Activity | From the line bearing "#51=SHAPE_DEFINITION_REPRESENTATION(#7,#50);" down to the final line of the records below, give every line again exactly and add nothing.

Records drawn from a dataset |
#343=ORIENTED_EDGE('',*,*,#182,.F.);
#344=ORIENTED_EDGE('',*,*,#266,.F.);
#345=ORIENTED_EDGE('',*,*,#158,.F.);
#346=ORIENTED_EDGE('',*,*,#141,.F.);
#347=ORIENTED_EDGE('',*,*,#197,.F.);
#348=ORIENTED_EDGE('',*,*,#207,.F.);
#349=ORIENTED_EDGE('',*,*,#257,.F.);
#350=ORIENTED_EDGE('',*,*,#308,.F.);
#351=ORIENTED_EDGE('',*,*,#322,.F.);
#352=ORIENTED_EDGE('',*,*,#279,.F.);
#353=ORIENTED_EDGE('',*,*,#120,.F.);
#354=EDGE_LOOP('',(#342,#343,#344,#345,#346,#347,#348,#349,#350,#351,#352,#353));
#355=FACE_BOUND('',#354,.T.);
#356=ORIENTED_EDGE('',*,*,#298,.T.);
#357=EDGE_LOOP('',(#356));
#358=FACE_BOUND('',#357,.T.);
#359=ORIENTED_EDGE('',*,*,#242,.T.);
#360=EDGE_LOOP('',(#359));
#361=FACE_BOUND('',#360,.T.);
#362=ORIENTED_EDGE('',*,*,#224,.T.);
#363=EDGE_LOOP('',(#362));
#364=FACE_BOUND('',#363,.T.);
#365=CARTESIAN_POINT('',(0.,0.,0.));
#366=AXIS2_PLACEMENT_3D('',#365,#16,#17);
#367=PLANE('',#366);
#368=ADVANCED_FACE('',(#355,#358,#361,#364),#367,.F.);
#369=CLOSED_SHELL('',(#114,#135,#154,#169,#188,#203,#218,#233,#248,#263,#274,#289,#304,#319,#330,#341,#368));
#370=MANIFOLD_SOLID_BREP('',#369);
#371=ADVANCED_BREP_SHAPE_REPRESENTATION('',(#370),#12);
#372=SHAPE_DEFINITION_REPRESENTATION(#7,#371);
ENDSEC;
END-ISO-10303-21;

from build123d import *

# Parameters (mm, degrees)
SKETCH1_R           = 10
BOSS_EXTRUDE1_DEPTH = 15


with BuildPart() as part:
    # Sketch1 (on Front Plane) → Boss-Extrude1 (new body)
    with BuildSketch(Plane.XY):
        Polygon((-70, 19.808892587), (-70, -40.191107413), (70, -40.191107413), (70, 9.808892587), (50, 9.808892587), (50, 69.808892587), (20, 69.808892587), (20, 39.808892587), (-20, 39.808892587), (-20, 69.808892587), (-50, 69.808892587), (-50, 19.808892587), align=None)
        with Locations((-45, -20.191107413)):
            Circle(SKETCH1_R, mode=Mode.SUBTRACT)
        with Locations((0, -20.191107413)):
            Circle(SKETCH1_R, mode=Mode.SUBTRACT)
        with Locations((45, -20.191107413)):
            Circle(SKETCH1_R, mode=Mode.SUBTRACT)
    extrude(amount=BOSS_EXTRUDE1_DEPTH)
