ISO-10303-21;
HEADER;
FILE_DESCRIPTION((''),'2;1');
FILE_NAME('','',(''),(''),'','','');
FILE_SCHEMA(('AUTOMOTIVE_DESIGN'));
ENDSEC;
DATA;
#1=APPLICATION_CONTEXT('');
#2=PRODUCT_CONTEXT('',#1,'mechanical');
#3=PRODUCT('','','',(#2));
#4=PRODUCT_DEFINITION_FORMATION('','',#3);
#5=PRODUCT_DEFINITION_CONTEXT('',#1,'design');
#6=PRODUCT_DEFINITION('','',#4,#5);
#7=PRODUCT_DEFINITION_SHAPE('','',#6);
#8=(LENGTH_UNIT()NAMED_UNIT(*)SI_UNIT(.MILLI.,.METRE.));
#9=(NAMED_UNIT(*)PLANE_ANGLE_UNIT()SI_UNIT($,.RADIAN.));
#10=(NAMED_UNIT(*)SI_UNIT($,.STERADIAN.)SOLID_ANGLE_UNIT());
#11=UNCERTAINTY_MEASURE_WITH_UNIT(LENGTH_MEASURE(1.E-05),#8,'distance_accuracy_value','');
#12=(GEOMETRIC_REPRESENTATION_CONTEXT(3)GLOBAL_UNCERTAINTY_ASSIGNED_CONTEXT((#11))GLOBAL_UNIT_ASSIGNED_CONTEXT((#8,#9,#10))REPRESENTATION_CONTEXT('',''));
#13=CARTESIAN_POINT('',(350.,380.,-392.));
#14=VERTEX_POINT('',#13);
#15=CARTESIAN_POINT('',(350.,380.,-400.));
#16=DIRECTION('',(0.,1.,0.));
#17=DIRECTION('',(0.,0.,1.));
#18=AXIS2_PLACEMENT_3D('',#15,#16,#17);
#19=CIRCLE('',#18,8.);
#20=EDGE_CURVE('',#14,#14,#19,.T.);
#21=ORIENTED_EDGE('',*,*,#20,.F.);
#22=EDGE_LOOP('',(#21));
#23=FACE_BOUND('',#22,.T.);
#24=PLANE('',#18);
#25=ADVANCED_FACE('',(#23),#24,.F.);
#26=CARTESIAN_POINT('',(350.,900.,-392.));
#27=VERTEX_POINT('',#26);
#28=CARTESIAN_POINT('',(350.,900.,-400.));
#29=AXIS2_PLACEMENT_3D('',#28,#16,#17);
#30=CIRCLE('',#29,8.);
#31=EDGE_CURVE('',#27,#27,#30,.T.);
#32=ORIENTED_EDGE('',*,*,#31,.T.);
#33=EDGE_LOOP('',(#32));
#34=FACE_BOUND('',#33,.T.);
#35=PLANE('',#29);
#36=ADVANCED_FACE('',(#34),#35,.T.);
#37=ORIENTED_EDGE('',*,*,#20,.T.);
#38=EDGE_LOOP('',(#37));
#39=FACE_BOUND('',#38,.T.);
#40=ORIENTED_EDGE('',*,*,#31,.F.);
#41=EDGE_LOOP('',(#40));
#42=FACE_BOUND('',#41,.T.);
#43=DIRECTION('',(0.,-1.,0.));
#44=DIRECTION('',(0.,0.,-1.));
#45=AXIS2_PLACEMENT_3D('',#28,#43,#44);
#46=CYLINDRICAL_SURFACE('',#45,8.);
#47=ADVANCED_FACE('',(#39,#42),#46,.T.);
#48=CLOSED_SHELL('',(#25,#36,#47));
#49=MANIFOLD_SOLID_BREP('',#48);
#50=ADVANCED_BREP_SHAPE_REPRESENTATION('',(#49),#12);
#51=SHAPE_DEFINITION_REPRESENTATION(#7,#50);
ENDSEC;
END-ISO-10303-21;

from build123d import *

# Parameters (mm, degrees)
PACK_BILYALI_VIDA_1605_START = 380
SKETCH1_R                    = 8
PACK_BILYALI_VIDA_1605_DEPTH = 520


with BuildPart() as part:
    # Sketch1 → PACK_bilyali_vida_1605 (new body)
    with BuildSketch(Plane(origin=(0, 0, 0), x_dir=(1, 0, 0), z_dir=(0, 1, 0)).offset(PACK_BILYALI_VIDA_1605_START)):
        with Locations(Location((350, 400, 0), (0, 0, 270))):
            Circle(SKETCH1_R)
    extrude(amount=PACK_BILYALI_VIDA_1605_DEPTH)


solid = part.part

The completed task |
#51=SHAPE_DEFINITION_REPRESENTATION(#7,#50);
ENDSEC;
END-ISO-10303-21;

from build123d import *

# Parameters (mm, degrees)
PACK_BILYALI_VIDA_1605_START = 380
SKETCH1_R                    = 8
PACK_BILYALI_VIDA_1605_DEPTH = 520


with BuildPart() as part:
    # Sketch1 → PACK_bilyali_vida_1605 (new body)
    with BuildSketch(Plane(origin=(0, 0, 0), x_dir=(1, 0, 0), z_dir=(0, 1, 0)).offset(PACK_BILYALI_VIDA_1605_START)):
        with Locations(Location((350, 400, 0), (0, 0, 270))):
            Circle(SKETCH1_R)
    extrude(amount=PACK_BILYALI_VIDA_1605_DEPTH)


solid = part.part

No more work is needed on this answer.